Doch was ist mit der belgischen Bundesregierung? Die Kluft zwischen den beiden Sprachgemeinschaften scheint im Moment unüberbrückbar zu sein.

Trotz der hohen Scores der rechten Parteien in Flandern scheint es sicher, dass Ecolo und PS zusammen mit möglicherweise einem Dritten relativ leicht Regionalregierungen in Wallonien und Brüssel bilden können.

Mögliche Koalitionen?

Lassen Sie uns einen Blick auf die möglichen Mehrheiten in der Kammer werfen. Gehen wir davon aus, dass der Vlaams Belang ausgegrenzt wird (Cordon Sanitaire), gibt es nicht viele Möglichkeiten.

Liberale, Sozialisten und Grüne (Violett) schien lange Zeit eine Option zu sein, aber inzwischen auch wieder nicht mehr. Nach den ersten Prognosen - wir müssen hier sehr vorsichtig sein - werden diese 75 von 150 Sitzen erreichen. Eine Möglichkeit ist, Défi - die ehemalige FDF - mit ihren vier Sitzen hinzu zu holen.

Eine weitere Möglichkeit wäre eine Olivenbaumkoalition - mit Christdemokraten, Sozialisten und Grünen - ergänzt eventuell durch die MR.  Oder mit der linken PTB/PVDA, die nach jahrelangem Drängen auch auf der flämischen Seite die Wahlschwelle überschreitet.

Oder man entscheidet sich für eine Kombination aller großen Familien, ohne N-VA: grün, rot, blau und orange.
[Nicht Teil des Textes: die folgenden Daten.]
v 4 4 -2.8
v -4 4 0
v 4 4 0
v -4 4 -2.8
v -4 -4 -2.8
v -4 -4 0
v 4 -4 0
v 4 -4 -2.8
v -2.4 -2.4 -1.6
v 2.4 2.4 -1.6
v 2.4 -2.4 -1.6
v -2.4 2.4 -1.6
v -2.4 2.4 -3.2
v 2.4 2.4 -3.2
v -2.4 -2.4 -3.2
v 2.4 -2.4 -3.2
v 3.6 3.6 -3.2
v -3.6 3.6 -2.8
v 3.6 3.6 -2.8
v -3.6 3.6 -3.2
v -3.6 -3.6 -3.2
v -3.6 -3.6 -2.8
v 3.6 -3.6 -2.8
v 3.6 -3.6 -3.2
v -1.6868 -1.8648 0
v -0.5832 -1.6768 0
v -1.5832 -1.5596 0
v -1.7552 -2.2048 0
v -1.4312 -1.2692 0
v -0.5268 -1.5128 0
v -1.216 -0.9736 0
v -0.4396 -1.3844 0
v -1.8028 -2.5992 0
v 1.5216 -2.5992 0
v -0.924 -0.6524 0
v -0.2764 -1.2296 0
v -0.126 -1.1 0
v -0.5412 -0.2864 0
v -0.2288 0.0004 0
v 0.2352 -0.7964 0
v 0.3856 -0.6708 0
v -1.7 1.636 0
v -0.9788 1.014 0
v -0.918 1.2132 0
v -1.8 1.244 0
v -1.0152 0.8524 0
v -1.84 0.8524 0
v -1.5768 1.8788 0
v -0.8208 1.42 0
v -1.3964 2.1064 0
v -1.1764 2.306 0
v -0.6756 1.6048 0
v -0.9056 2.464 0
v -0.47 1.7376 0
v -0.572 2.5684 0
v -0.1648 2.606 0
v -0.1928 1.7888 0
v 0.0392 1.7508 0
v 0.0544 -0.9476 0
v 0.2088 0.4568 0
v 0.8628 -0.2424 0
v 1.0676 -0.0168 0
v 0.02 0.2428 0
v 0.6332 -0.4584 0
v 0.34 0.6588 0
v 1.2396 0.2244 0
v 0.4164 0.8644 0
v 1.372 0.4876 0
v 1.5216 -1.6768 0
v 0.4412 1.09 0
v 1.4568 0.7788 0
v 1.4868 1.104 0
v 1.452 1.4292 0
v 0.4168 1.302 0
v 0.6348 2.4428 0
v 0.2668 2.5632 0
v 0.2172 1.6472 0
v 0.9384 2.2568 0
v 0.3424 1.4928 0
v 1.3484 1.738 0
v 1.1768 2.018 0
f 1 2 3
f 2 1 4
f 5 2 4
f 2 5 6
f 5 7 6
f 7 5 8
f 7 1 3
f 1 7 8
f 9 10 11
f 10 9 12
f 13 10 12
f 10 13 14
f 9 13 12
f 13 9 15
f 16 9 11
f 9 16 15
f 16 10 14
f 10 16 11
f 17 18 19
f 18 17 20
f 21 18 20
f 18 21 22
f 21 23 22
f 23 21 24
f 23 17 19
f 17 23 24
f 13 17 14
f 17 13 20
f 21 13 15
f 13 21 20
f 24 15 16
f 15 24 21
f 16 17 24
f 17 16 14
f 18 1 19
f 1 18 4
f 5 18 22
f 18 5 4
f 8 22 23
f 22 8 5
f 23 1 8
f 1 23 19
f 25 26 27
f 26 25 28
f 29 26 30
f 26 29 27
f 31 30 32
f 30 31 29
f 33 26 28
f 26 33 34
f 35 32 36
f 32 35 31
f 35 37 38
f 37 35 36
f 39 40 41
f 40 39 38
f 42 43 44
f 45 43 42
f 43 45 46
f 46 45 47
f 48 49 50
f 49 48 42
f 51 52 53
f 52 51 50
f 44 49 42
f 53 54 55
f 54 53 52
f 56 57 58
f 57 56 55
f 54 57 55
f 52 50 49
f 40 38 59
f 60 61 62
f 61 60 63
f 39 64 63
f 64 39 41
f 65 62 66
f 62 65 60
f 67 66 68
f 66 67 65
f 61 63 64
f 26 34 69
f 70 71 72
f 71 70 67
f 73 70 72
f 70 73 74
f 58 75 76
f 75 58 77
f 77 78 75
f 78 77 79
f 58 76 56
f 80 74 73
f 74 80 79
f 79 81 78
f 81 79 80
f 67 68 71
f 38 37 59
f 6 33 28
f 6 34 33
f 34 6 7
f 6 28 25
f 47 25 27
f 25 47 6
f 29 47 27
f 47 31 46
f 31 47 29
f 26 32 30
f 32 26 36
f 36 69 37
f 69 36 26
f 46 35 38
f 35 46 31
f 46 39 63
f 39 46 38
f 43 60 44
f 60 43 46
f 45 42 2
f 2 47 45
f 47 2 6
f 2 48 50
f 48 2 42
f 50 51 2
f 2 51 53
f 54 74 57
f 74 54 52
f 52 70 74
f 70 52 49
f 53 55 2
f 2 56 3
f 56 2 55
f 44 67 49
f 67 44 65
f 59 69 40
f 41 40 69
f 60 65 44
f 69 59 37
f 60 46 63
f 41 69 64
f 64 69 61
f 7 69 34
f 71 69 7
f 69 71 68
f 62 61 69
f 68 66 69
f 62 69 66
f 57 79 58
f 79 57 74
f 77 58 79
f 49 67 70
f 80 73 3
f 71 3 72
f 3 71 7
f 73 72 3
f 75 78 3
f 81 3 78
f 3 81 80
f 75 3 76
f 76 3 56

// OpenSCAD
// file: ../p/box5.scad
use <../lib.scad>
function ldraw_lib__box5() = [
// 0 Box with 5 Faces and All Edges
// 0 Name: box5.dat
// 0 Author: James Jessiman
// 0 !LDRAW_ORG Primitive UPDATE 2012-01
// 0 !LICENSE Licensed under CC BY 4.0 : see CAreadme.txt
// 
// 0 BFC CERTIFY CCW
  [0,"BFC","CERTIFY"],
  [0,"BFC","CCW"],
// 
// 0 !HISTORY 2002-04-03 [sbliss] Modified for BFC compliance
// 0 !HISTORY 2002-04-25 [PTadmin] Official Update 2002-02
// 0 !HISTORY 2007-06-24 [PTadmin] Header formatted for Contributor Agreement
// 0 !HISTORY 2008-07-01 [PTadmin] Official Update 2008-01
// 0 !HISTORY 2012-02-16 [Philo] Changed to CCW
// 0 !HISTORY 2012-03-30 [PTadmin] Official Update 2012-01
// 
// 
// 2 24 1 1 1 -1 1 1
  [2,24,1,1,1,-1,1,1],
// 2 24 -1 1 1 -1 1 -1
  [2,24,-1,1,1,-1,1,-1],
// 2 24 -1 1 -1 1 1 -1
  [2,24,-1,1,-1,1,1,-1],
// 2 24 1 1 -1 1 1 1
  [2,24,1,1,-1,1,1,1],
// 2 24 1 0 1 -1 0 1
  [2,24,1,0,1,-1,0,1],
// 2 24 -1 0 1 -1 0 -1
  [2,24,-1,0,1,-1,0,-1],
// 2 24 -1 0 -1 1 0 -1
  [2,24,-1,0,-1,1,0,-1],
// 2 24 1 0 -1 1 0 1
  [2,24,1,0,-1,1,0,1],
// 2 24 1 0 1 1 1 1
  [2,24,1,0,1,1,1,1],
// 2 24 -1 0 1 -1 1 1
  [2,24,-1,0,1,-1,1,1],
// 2 24 1 0 -1 1 1 -1
  [2,24,1,0,-1,1,1,-1],
// 2 24 -1 0 -1 -1 1 -1
  [2,24,-1,0,-1,-1,1,-1],
// 4 16 -1 1 1 1 1 1 1 1 -1 -1 1 -1
  [4,16,-1,1,1,1,1,1,1,1,-1,-1,1,-1],
// 4 16 -1 1 1 -1 0 1 1 0 1 1 1 1
  [4,16,-1,1,1,-1,0,1,1,0,1,1,1,1],
// 4 16 -1 1 -1 -1 0 -1 -1 0 1 -1 1 1
  [4,16,-1,1,-1,-1,0,-1,-1,0,1,-1,1,1],
// 4 16 1 1 -1 1 0 -1 -1 0 -1 -1 1 -1
  [4,16,1,1,-1,1,0,-1,-1,0,-1,-1,1,-1],
// 4 16 1 1 1 1 0 1 1 0 -1 1 1 -1
  [4,16,1,1,1,1,0,1,1,0,-1,1,1,-1],
];
module ldraw_lib__box5(step=0, col=false, unit=2/5, alt=false, line=0.2, solid=!$preview)
    makepoly(ldraw_lib__box5(), step=step, col=col, unit=unit, alt=alt, line=line, solid=solid);
ldraw_lib__box5(line=0.2);
// file: ../p/box4.scad
use <../lib.scad>
function ldraw_lib__box4() = [
// 0 Box with 4 Faces (2 Parallel Pairs) and All Edges
// 0 Name: box4.dat
// 0 Author: James Jessiman
// 0 !LDRAW_ORG Primitive UPDATE 2012-01
// 0 !LICENSE Licensed under CC BY 4.0 : see CAreadme.txt
// 
// 0 BFC CERTIFY CCW
  [0,"BFC","CERTIFY"],
  [0,"BFC","CCW"],
// 
// 0 !HISTORY 2002-04-03 [sbliss] Modified for BFC compliance
// 0 !HISTORY 2002-04-25 [PTadmin] Official Update 2002-02
// 0 !HISTORY 2007-06-24 [PTadmin] Header formatted for Contributor Agreement
// 0 !HISTORY 2008-07-01 [PTadmin] Official Update 2008-01
// 0 !HISTORY 2012-02-16 [Philo] Changed to CCW
// 0 !HISTORY 2012-03-30 [PTadmin] Official Update 2012-01
// 
// 
// 2 24 1 1 1 -1 1 1
  [2,24,1,1,1,-1,1,1],
// 2 24 -1 1 1 -1 1 -1
  [2,24,-1,1,1,-1,1,-1],
// 2 24 -1 1 -1 1 1 -1
  [2,24,-1,1,-1,1,1,-1],
// 2 24 1 1 -1 1 1 1
  [2,24,1,1,-1,1,1,1],
// 2 24 1 0 1 -1 0 1
  [2,24,1,0,1,-1,0,1],
// 2 24 -1 0 1 -1 0 -1
  [2,24,-1,0,1,-1,0,-1],
// 2 24 -1 0 -1 1 0 -1
  [2,24,-1,0,-1,1,0,-1],
// 2 24 1 0 -1 1 0 1
  [2,24,1,0,-1,1,0,1],
// 2 24 1 0 1 1 1 1
  [2,24,1,0,1,1,1,1],
// 2 24 -1 0 1 -1 1 1
  [2,24,-1,0,1,-1,1,1],
// 2 24 1 0 -1 1 1 -1
  [2,24,1,0,-1,1,1,-1],
// 2 24 -1 0 -1 -1 1 -1
  [2,24,-1,0,-1,-1,1,-1],
// 4 16 -1 1 1 -1 0 1 1 0 1 1 1 1
  [4,16,-1,1,1,-1,0,1,1,0,1,1,1,1],
// 4 16 -1 1 -1 -1 0 -1 -1 0 1 -1 1 1
  [4,16,-1,1,-1,-1,0,-1,-1,0,1,-1,1,1],
// 4 16 1 1 -1 1 0 -1 -1 0 -1 -1 1 -1
  [4,16,1,1,-1,1,0,-1,-1,0,-1,-1,1,-1],
// 4 16 1 1 1 1 0 1 1 0 -1 1 1 -1
  [4,16,1,1,1,1,0,1,1,0,-1,1,1,-1],
];
module ldraw_lib__box4(step=0, col=false, unit=2/5, alt=false, line=0.2, solid=!$preview)
    makepoly(ldraw_lib__box4(), step=step, col=col, unit=unit, alt=alt, line=line, solid=solid);
ldraw_lib__box4(line=0.2);
// file: s/3070bs01.scad
use <../../lib.scad>
use <../../p/box4.scad>
use <../../p/box5.scad>
function ldraw_lib__s__3070bs01() = [
// 0 ~Tile  1 x  1 with Groove without Top Face
// 0 Name: s\3070bs01.dat
// 0 Author: Chris Dee [cwdee]
// 0 !LDRAW_ORG Subpart UPDATE 2009-02
// 0 !LICENSE Licensed under CC BY 4.0 : see CAreadme.txt
// 
// 0 BFC CERTIFY CCW
  [0,"BFC","CERTIFY"],
  [0,"BFC","CCW"],
// 
// 0 !HISTORY 2009-09-03 [PTadmin] Official Update 2009-02
// 
// 
// 1 16 0 0 0 10 0 0 0 7 0 0 0 10 box4.dat
  [1,16,0,0,0,10,0,0,0,7,0,0,0,10, ldraw_lib__box4()],
// 0 BFC INVERTNEXT
  [0,"BFC","INVERTNEXT"],
// 1 16 0 8 0 6 0 0 0 -4 0 0 0 6 box5.dat
  [1,16,0,8,0,6,0,0,0,-4,0,0,0,6, ldraw_lib__box5()],
// 1 16 0 7 0 9 0 0 0 1 0 0 0 9 box4.dat
  [1,16,0,7,0,9,0,0,0,1,0,0,0,9, ldraw_lib__box4()],
// 
// 4 16 9 8 9 6 8 6 -6 8 6 -9 8 9
  [4,16,9,8,9,6,8,6,-6,8,6,-9,8,9],
// 4 16 -9 8 9 -6 8 6 -6 8 -6 -9 8 -9
  [4,16,-9,8,9,-6,8,6,-6,8,-6,-9,8,-9],
// 4 16 -9 8 -9 -6 8 -6 6 8 -6 9 8 -9
  [4,16,-9,8,-9,-6,8,-6,6,8,-6,9,8,-9],
// 4 16 9 8 -9 6 8 -6 6 8 6 9 8 9
  [4,16,9,8,-9,6,8,-6,6,8,6,9,8,9],
// 
// 4 16 10 7 10 9 7 9 -9 7 9 -10 7 10
  [4,16,10,7,10,9,7,9,-9,7,9,-10,7,10],
// 4 16 -10 7 10 -9 7 9 -9 7 -9 -10 7 -10
  [4,16,-10,7,10,-9,7,9,-9,7,-9,-10,7,-10],
// 4 16 -10 7 -10 -9 7 -9 9 7 -9 10 7 -10
  [4,16,-10,7,-10,-9,7,-9,9,7,-9,10,7,-10],
// 4 16 10 7 -10 9 7 -9 9 7 9 10 7 10
  [4,16,10,7,-10,9,7,-9,9,7,9,10,7,10],
// 0
];
module ldraw_lib__s__3070bs01(step=0, col=false, unit=2/5, alt=false, line=0.2, solid=!$preview)
    makepoly(ldraw_lib__s__3070bs01(), step=step, col=col, unit=unit, alt=alt, line=line, solid=solid);
ldraw_lib__s__3070bs01(line=0.2);
// main file
use <../lib.scad>
use <s/3070bs01.scad>
function ldraw_lib__3070bp02() = [
// 0 Tile  1 x  1 with Black "2" Pattern
// 0 Name: 3070bp02.dat
// 0 Author: John Riley [jriley]
// 0 !LDRAW_ORG Part UPDATE 2009-03
// 0 !LICENSE Licensed under CC BY 2.0 and CC BY 4.0 : see CAreadme.txt
// 
// 0 BFC CERTIFY CCW
  [0,"BFC","CERTIFY"],
  [0,"BFC","CCW"],
// 
// 0 !HISTORY 2003-12-19 [PTadmin] Official Update 2003-03
// 0 !HISTORY 2007-10-13 [PTadmin] Header formatted for Contributor Agreement
// 0 !HISTORY 2008-07-01 [PTadmin] Official Update 2008-01
// 0 !HISTORY 2009-08-12 [anathema] Improved pattern
// 0 !HISTORY 2009-12-29 [PTadmin] Official Update 2009-03
// 
// 
// 1 16 0 0 0 1 0 0 0 1 0 0 0 1 s\3070bs01.dat
  [1,16,0,0,0,1,0,0,0,1,0,0,0,1, ldraw_lib__s__3070bs01()],
// 4 0 -1.458 0 -4.192 -3.958 0 -3.899 -4.217 0 -4.662 -4.388 0 -5.512
  [4,0,-1.458,0,-4.192,-3.958,0,-3.899,-4.217,0,-4.662,-4.388,0,-5.512],
// 4 0 -3.578 0 -3.173 -3.958 0 -3.899 -1.458 0 -4.192 -1.317 0 -3.782
  [4,0,-3.578,0,-3.173,-3.958,0,-3.899,-1.458,0,-4.192,-1.317,0,-3.782],
// 4 0 -3.04 0 -2.434 -3.578 0 -3.173 -1.317 0 -3.782 -1.099 0 -3.461
  [4,0,-3.04,0,-2.434,-3.578,0,-3.173,-1.317,0,-3.782,-1.099,0,-3.461],
// 4 0 -1.458 0 -4.192 -4.388 0 -5.512 -4.507 0 -6.498 3.804 0 -6.498
  [4,0,-1.458,0,-4.192,-4.388,0,-5.512,-4.507,0,-6.498,3.804,0,-6.498],
// 4 0 -2.31 0 -1.631 -3.04 0 -2.434 -1.099 0 -3.461 -0.691 0 -3.074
Diese Kombination erhält eine sehr große Mehrheit.

Jede dieser Koalitionen würde auf der flämischen Seite jedoch auf großen Widerstand stoßen. Sie sind nicht nur Riesenkoalitionen, sondern haben auch keine Mehrheit auf flämischer Seite und sie wenden sich zudem gegen den allgemeinen Trend in Flandern, wo man rechts und nicht links abgestimmt hat.

Und dann gibt es noch eine weitere Möglichkeit: dass ein rechter Block auf der flämischen Seite - zum Beispiel N-VA, Open VLD und CD&V - mit einem linken französischsprachigen Block zusammenarbeitet, dessen Achse PS und Ecolo bilden. Bart De Wever hat bereits angekündigt, dass wir in diesem Moment in neue Diskussionen über eine Staatsreform und Konföderalismus münden werden.

Die heutige Koalition fortsetzen geht nicht mehr

Was auf keinen Fall möglich ist, ist eine Fortsetzung der schwedischen Koalition, d.h. aus N-VA, Open VLD, CD&V und MR. Selbst mit der CDH auf der französischsprachigen Seite, fehlen in einem solchen Bündnis noch fünf Sitze. Eine mögliche Option wäre, die PS mit ins Boot zu holen. Doch auch dann könnten wir auf Reformverhandlungen zusteuern.

Was auch nicht möglich ist: Vlaams Belang in die Mehrheit aufnehmen, selbst dann nicht, wenn sie keinen Ministerposten bekommen würden. Keine französischsprachige Partei würde sich beteiligen wollen.

In der Zwischenzeit ist und bleibt die N-VA die größte Partei in der Kammer. Die größte Familie ist ex aequo mit 28 Sitzen die Liberalen und Sozialisten.